# string-o-wings



## duckman53821 (Jan 12, 2003)

Has anybody hunted over the string-o-wings? If so I would like to know how you did. thinking about buying one. thanks


----------



## Austin Bachmeier (Feb 27, 2002)

Loud, Obnoxious, Not worth the material they're printed on. Buy a couple flags instead.


----------



## Decoyer (Mar 2, 2002)

I second SBE, piece of junk. Just a new gimmick to get people hooked on.


----------



## GooseBuster3 (Mar 1, 2002)

The guy that invented that must of had manure for brains. I have more repect for snow goose then using one of does damn things on them.


----------



## duckman53821 (Jan 12, 2003)

Thanks guys. I have never hunted over one. I have heard from people that they are loud when it is really windy and that they didn't think it helped them at all. I have also talked to a couple people from Nebraska that I met in North Dakota last year that swear by them. But I have heard mor bad then good.


----------



## duckman53821 (Jan 12, 2003)

what about double decoys? Has anybody hunted over them? Interested to hear about them. I'm always looking for something different to add to my spread. I try to do something different every year. to mix things up and not to be like everybody else.


----------



## Ron Gilmore (Jan 7, 2003)

Purchase a Goose kite take a old fishing reel and short ice rod.

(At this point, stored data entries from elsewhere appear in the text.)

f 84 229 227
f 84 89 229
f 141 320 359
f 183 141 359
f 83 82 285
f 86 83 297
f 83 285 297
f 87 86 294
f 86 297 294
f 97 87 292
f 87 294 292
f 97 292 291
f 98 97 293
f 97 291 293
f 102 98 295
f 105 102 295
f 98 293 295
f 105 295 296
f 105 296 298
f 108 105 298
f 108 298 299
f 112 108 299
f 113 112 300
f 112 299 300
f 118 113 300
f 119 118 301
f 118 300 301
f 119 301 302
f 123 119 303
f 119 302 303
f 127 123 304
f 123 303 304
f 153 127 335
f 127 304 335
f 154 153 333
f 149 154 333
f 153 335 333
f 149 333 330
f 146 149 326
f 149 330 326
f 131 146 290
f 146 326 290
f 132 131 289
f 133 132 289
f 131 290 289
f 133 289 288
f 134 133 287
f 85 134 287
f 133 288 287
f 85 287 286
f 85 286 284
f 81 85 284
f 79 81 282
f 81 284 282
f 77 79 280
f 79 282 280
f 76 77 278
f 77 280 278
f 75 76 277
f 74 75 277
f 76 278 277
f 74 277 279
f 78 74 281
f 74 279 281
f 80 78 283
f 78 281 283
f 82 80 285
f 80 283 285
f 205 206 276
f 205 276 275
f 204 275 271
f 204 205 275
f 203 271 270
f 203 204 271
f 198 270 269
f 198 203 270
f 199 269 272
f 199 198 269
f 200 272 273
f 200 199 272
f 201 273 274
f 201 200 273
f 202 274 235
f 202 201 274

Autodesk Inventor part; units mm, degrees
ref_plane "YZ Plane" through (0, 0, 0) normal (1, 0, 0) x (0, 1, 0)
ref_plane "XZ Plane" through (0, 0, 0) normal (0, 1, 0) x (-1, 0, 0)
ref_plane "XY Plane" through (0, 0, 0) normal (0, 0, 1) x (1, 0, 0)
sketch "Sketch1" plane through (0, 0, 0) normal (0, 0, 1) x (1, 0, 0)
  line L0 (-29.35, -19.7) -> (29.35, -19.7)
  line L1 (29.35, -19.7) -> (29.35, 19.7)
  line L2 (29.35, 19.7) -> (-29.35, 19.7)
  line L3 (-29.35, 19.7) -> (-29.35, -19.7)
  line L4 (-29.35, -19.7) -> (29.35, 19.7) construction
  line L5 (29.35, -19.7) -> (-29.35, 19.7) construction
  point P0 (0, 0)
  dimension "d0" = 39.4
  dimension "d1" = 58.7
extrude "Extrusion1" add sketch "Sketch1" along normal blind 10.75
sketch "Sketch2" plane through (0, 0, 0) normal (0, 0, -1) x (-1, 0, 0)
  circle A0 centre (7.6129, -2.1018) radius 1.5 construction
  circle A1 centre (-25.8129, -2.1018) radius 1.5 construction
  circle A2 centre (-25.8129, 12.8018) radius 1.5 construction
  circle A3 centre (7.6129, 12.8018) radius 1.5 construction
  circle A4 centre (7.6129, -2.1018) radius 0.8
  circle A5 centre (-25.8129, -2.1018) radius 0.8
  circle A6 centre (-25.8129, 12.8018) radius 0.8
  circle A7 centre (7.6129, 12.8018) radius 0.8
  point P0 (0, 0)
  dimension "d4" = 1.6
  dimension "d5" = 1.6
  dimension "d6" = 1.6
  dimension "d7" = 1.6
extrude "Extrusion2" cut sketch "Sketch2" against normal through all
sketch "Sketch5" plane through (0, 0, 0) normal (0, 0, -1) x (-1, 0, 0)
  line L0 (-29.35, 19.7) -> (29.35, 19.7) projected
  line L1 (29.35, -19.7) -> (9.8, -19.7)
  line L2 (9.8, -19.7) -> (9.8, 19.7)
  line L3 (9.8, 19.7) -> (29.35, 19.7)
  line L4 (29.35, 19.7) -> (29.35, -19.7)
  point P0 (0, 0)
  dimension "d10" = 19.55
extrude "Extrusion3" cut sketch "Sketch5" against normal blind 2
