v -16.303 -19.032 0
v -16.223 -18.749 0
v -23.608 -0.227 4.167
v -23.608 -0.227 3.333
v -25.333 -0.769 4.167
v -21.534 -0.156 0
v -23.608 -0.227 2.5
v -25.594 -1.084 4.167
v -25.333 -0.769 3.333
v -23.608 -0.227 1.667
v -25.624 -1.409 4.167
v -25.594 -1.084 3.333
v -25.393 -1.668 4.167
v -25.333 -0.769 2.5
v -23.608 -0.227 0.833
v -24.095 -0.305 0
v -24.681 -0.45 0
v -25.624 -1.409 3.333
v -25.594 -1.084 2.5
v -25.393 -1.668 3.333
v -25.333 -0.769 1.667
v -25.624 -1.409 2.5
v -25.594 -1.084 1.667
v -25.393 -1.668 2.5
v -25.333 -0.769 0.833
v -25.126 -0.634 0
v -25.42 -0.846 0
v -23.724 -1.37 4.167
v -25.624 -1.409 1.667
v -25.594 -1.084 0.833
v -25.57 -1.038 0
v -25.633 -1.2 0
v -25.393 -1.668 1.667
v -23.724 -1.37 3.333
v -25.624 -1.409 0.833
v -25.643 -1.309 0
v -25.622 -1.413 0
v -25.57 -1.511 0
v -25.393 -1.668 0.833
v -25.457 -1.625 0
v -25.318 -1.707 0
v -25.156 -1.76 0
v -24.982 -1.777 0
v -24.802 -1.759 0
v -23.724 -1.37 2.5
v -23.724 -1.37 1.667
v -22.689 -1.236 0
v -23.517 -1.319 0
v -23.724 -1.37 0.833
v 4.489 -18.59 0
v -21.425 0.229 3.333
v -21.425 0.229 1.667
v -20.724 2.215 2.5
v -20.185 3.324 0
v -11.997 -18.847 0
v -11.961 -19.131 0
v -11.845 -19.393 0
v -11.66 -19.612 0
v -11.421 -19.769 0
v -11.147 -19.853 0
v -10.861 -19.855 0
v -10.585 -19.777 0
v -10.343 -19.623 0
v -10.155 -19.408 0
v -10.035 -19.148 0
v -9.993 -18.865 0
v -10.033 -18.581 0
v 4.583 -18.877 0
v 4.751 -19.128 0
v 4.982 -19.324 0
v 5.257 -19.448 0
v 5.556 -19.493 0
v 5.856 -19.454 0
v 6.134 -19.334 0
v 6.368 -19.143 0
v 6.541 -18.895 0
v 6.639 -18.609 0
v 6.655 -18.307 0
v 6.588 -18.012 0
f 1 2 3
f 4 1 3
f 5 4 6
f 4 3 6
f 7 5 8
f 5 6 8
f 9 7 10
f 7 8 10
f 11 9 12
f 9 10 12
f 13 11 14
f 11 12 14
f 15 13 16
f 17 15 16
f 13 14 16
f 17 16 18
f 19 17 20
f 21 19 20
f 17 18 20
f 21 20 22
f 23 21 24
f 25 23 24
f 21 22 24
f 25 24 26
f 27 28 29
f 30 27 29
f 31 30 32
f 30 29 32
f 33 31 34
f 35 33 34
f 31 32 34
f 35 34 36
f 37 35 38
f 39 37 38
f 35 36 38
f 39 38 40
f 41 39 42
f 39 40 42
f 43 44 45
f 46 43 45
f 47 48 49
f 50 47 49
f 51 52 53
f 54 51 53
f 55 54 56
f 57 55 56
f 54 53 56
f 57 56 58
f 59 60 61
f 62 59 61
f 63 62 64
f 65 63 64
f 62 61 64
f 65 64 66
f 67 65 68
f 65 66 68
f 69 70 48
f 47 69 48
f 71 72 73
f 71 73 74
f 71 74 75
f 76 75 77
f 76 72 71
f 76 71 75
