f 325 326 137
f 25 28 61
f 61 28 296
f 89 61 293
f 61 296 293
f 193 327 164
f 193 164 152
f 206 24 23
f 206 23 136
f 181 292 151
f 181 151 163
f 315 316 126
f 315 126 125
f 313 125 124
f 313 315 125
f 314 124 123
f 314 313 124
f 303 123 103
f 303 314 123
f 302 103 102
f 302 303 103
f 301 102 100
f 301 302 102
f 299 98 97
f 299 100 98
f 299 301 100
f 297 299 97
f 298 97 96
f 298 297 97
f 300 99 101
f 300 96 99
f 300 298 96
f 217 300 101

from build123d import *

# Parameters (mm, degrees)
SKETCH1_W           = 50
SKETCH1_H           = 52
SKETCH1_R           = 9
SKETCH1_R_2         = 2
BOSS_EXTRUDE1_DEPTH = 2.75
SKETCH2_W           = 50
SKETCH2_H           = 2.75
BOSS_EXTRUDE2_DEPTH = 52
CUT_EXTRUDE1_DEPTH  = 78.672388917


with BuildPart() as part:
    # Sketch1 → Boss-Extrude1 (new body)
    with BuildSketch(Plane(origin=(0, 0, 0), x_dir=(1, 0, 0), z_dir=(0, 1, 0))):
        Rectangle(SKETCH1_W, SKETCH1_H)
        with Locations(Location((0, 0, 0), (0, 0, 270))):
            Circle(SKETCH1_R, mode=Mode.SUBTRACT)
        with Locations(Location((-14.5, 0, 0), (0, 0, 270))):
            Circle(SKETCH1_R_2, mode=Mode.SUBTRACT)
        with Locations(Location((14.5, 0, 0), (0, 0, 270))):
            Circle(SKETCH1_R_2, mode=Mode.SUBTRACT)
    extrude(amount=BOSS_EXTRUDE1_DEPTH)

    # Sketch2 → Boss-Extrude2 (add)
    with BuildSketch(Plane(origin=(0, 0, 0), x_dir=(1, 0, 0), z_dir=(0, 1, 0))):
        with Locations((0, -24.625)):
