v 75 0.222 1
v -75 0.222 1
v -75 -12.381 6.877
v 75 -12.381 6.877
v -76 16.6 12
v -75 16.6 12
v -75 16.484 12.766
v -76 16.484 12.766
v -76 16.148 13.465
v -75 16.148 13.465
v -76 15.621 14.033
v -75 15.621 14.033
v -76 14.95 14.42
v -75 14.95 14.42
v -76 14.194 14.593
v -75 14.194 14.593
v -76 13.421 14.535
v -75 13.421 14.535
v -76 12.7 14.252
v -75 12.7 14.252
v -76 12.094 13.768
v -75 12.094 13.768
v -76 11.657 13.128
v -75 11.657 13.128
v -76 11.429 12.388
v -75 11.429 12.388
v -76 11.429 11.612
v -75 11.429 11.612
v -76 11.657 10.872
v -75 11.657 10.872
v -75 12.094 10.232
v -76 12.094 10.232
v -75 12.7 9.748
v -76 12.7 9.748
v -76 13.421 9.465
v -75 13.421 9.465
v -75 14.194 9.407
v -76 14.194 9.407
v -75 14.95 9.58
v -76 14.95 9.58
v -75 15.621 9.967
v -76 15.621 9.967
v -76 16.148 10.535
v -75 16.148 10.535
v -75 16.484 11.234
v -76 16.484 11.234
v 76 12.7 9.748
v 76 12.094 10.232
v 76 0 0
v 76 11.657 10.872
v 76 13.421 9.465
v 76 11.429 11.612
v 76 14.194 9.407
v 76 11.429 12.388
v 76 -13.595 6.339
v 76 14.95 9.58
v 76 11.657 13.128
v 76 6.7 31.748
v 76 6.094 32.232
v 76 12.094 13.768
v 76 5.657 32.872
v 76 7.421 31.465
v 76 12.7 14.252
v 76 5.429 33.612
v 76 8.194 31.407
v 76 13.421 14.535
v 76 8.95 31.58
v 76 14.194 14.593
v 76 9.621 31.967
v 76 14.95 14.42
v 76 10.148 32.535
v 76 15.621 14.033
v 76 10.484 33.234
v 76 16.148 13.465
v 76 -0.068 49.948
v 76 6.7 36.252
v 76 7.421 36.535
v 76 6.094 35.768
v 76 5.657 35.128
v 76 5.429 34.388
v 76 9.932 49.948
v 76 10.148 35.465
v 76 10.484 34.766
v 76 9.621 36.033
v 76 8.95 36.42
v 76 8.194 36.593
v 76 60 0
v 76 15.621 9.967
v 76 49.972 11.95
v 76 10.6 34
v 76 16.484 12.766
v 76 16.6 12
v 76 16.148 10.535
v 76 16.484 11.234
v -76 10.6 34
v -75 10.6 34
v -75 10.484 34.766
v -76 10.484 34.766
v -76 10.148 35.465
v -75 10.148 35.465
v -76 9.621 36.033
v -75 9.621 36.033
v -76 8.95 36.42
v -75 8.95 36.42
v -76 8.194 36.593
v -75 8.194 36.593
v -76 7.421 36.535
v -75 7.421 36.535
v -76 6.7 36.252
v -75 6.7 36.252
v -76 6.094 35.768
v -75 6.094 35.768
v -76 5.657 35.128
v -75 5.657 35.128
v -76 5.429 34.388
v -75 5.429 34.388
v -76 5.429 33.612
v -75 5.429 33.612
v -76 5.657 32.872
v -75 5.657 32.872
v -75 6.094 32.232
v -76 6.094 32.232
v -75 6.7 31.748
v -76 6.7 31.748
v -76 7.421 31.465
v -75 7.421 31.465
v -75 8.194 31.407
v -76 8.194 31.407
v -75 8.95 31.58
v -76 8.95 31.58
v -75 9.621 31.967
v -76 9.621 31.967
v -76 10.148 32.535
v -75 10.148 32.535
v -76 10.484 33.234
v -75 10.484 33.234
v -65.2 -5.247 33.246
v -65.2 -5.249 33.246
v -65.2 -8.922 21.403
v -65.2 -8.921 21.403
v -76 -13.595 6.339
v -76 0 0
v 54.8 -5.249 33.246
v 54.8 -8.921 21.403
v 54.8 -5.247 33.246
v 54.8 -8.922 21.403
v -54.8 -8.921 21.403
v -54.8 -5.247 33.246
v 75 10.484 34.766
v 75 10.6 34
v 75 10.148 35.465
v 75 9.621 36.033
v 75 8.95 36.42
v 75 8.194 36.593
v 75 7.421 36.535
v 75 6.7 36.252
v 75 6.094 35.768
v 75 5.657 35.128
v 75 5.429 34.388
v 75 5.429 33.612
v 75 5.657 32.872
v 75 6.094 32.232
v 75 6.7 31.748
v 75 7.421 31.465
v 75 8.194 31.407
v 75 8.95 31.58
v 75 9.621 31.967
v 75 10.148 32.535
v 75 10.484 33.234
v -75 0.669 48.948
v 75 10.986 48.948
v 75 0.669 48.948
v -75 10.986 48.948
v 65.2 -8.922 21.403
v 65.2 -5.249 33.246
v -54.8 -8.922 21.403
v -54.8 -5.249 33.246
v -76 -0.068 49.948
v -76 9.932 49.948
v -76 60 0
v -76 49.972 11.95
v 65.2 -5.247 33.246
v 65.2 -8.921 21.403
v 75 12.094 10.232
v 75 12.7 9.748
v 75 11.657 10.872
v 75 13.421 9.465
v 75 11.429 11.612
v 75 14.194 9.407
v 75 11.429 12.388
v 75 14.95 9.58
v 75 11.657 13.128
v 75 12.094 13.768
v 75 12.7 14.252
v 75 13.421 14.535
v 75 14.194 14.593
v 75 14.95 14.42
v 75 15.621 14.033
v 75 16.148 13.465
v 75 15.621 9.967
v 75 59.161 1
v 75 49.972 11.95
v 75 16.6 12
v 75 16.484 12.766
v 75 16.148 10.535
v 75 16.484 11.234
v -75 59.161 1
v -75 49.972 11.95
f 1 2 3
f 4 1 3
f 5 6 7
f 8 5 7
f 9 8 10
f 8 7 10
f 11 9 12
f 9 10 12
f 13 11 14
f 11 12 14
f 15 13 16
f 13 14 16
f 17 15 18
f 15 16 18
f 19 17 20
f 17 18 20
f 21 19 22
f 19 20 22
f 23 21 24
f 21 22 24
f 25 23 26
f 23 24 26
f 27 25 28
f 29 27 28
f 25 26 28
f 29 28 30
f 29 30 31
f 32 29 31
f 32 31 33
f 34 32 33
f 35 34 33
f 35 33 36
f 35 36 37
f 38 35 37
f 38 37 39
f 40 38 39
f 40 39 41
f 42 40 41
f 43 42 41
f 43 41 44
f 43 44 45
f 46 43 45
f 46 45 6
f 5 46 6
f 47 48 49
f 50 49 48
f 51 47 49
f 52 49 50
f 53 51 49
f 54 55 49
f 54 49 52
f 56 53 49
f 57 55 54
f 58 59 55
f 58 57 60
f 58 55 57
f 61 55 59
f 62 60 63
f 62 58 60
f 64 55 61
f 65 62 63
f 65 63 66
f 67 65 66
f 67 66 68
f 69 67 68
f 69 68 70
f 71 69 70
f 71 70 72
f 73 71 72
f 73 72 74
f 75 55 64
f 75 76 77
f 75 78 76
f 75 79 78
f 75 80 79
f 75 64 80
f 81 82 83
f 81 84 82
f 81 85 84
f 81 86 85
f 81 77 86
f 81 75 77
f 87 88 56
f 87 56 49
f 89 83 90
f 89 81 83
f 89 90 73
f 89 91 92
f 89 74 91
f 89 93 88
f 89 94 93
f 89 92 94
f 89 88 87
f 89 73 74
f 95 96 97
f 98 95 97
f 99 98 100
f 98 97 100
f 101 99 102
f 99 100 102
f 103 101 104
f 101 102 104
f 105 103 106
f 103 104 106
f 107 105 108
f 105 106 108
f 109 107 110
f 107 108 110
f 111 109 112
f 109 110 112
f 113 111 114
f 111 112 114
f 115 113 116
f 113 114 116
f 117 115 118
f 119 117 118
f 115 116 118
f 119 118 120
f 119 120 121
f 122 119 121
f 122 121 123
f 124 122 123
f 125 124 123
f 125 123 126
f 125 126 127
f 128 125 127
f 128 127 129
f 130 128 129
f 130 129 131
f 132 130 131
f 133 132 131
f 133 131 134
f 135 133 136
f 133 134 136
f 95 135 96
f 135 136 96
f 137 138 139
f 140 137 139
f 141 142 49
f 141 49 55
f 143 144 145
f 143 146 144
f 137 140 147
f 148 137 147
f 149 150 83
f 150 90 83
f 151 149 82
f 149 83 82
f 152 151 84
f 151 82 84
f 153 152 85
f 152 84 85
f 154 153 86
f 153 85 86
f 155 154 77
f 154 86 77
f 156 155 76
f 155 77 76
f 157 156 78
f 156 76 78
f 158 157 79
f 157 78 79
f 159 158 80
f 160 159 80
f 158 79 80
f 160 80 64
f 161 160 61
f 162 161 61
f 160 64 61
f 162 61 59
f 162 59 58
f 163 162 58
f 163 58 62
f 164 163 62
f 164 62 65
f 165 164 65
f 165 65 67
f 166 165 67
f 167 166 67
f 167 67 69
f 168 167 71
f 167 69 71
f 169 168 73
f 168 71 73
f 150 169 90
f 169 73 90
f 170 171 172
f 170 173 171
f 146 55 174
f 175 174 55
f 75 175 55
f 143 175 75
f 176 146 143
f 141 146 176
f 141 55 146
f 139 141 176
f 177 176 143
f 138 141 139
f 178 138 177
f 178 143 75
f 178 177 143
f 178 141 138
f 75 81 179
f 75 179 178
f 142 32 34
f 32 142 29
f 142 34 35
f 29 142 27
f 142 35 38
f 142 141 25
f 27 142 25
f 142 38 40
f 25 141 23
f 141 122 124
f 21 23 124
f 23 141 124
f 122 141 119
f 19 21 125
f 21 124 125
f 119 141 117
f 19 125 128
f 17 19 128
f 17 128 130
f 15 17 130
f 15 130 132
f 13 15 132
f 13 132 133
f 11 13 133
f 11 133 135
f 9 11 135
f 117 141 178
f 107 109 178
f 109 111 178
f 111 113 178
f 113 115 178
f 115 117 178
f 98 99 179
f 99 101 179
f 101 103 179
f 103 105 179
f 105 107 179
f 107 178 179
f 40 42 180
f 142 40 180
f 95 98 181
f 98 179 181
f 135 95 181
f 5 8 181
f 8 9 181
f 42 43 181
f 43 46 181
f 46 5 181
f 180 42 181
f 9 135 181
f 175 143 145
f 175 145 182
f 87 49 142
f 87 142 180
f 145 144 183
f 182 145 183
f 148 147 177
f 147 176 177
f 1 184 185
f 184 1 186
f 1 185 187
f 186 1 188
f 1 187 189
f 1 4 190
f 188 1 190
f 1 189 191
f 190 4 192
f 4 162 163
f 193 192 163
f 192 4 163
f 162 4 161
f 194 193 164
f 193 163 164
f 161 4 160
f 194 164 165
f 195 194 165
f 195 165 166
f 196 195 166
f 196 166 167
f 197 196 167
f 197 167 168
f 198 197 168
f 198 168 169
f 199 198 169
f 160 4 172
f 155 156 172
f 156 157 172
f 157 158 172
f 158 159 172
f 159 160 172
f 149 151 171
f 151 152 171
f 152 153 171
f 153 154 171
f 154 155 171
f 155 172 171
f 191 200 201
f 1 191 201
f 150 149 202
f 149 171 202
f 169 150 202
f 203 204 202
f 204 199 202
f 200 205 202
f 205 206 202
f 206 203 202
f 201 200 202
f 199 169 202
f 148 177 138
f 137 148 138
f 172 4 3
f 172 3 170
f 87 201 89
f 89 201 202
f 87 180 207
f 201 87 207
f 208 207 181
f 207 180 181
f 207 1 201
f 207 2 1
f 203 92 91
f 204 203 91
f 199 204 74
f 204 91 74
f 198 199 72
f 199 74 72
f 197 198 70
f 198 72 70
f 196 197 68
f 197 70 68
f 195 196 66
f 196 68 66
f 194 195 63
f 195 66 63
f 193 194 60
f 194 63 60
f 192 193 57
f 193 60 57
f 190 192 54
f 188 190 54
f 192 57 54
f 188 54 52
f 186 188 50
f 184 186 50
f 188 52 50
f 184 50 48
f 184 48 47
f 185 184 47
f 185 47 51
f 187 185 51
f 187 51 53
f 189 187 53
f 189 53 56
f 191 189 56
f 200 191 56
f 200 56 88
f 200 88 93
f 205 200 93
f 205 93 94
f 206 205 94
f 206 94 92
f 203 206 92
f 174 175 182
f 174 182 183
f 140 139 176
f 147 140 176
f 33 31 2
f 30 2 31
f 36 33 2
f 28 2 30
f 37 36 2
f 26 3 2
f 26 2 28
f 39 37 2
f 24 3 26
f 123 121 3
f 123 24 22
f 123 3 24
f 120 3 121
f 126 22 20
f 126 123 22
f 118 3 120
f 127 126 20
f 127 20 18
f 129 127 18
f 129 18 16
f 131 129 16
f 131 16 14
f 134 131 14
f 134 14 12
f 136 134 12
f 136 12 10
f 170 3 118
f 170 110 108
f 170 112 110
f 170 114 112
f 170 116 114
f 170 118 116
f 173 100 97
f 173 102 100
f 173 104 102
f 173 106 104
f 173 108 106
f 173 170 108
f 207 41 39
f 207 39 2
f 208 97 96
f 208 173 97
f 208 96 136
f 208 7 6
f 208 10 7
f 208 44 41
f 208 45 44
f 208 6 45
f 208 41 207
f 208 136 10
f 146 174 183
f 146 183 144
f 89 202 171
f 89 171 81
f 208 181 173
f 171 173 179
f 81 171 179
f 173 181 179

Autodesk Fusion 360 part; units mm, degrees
sketch "Sketch1" plane through (0, 0, 0) normal (1, 0, 0) x (0, 1, 0)
  line L0 (0, 0) -> (60, 0)
  line L1 (60, 0) -> (49.9725, 11.9503)
  line L2 (49.9725, 11.9503) -> (9.9318, 49.9475)
  line L3 (49.9725, 11.9503) -> (105.1725, 11.9503) construction
  line L4 (9.9318, 49.9475) -> (-0.0682, 49.9475)
  line L5 (0, 0) -> (-13.5946, 6.3393)
  line L6 (0, 0) -> (15, 0) construction
  line L7 (-13.5946, 6.3393) -> (-0.0682, 49.9475)
  dimension "d15" = 60
  dimension "d16" = 15.6
  dimension "d18" = 136.5
  dimension "d19" = 55.2
  dimension "d24" = 155
  dimension "d25" = 15
extrude "Extrude1" add sketch "Sketch1" along normal mid plane 152
shell "Shell1" thickness 1 removed faces 2 at (25.3333, 23.2787, 37.2817) at (25.3333, 56.6575, 3.9834)
sketch "Sketch3" plane through (0, -14.1952, 4.4031) normal (0, -0.9551, 0.2963) x (1, 0, 0)
  line L0 (-76, 2.0272) -> (76, 2.0272)
  line L1 (76, 2.0272) -> (76, 47.685)
  line L2 (76, 47.685) -> (-76, 47.685)
  line L3 (-76, 47.685) -> (-76, 2.0272)
  line L4 (0, 2.0272) -> (0, 47.685)
  line L5 (-69, 24.0272) -> (-69, 33.0272)
  line L6 (-69, 24.0272) -> (-69, 15.0272)
  line L7 (-69, 33.0272) -> (-51, 33.0272)
  line L8 (-51, 33.0272) -> (-51, 15.0272)
  line L9 (-51, 15.0272) -> (-69, 15.0272)
  line L10 (69, 33.0272) -> (51, 33.0272)
  line L11 (51, 33.0272) -> (51, 15.0272)
  line L12 (51, 15.0272) -> (69, 15.0272)
  line L13 (69, 24.0272) -> (69, 15.0272)
  line L14 (69, 24.0272) -> (69, 33.0272)
extrude "Extrude3" add sketch "Sketch3" along normal blind 28 contours L5 L6 L7 L8 L9 | L10 L11 L12 L13 L14
sketch "Sketch4" plane through (0, -40.9382, 12.6983) normal (0, -0.9551, 0.2963) x (1, 0, 0)
  line L0 (-69, 33.0272) -> (-69, 15.0272)
  line L1 (-69, 15.0272) -> (-51, 15.0272)
  line L2 (-51, 15.0272) -> (-51, 33.0272)
  line L3 (-51, 33.0272) -> (-69, 33.0272)
  line L4 (-54.8, 30.2) -> (-65.2, 30.2)
  line L5 (-65.2, 30.2) -> (-65.2, 17.8)
  line L6 (-65.2, 17.8) -> (-54.8, 17.8)
  line L7 (-54.8, 17.8) -> (-54.8, 30.2)
  line L8 (-54.8, 30.2) -> (-65.2, 17.8) construction
  line L9 (-65.2, 30.2) -> (-54.8, 17.8) construction
  line L10 (54.8, 30.2) -> (65.2, 17.8) construction
  line L11 (65.2, 30.2) -> (54.8, 17.8) construction
  line L12 (65.2, 30.2) -> (65.2, 17.8)
  line L13 (65.2, 17.8) -> (54.8, 17.8)
  line L14 (54.8, 17.8) -> (54.8, 30.2)
  line L15 (54.8, 30.2) -> (65.2, 30.2)
  point P0 (-60, 24)
  point P1 (60, 24)
  dimension "d50" = 10.4
  dimension "d51" = 12.4
extrude "Extrude4" cut sketch "Sketch4" against normal blind 28.2 contours L4 L5 L6 L7 | L12 L13 L14 L15
delete_face "DeleteFace1" 10 faces at (69, -16.8801, 27.2514) (57, -18.6576, 21.5207) (52.2667, -33.2104, 37.6121) (63, -22.2393, 41.4778) (51, -25.7944, 30.0165) (-69, -16.8801, 27.2514) (-57, -18.6576, 21.5207) (-52.2667, -33.2104, 37.6121) (-63, -13.325, 38.7127) (-51, -25.7944, 30.0165)
extrude "Extrude5" add 2 faces at (61.7333, -7.5063, 25.2925) (-58.2667, -7.5063, 25.2925) along direction (0, -0.955108, 0.296257) blind 0.2
sketch "Sketch5" plane through (76, 0, 0) normal (1, 0, 0) x (0, 1, 0)
  line L0 (0, 0) -> (60, 0)
  line L1 (60, 0) -> (49.9725, 11.9503)
  line L2 (49.9725, 11.9503) -> (9.9318, 49.9475)
  line L3 (9.9318, 49.9475) -> (-0.0682, 49.9475)
  line L4 (-0.0682, 49.9475) -> (-13.5946, 6.3393)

Turn eye-bolt into the ground. Run line from reel thru eye-let to kite this worked great for attracting and bring in flocks of Canada geese.When they are on the approach you can stay conceled and crank the decoy kite down to the ground or let it back up. I found that it worked better than waving the cloths to get there attn. This will eliminate any movement on the ground that will spook the birds. Use 30lb mono at least with a snap ball bearing swivel on the end.


----------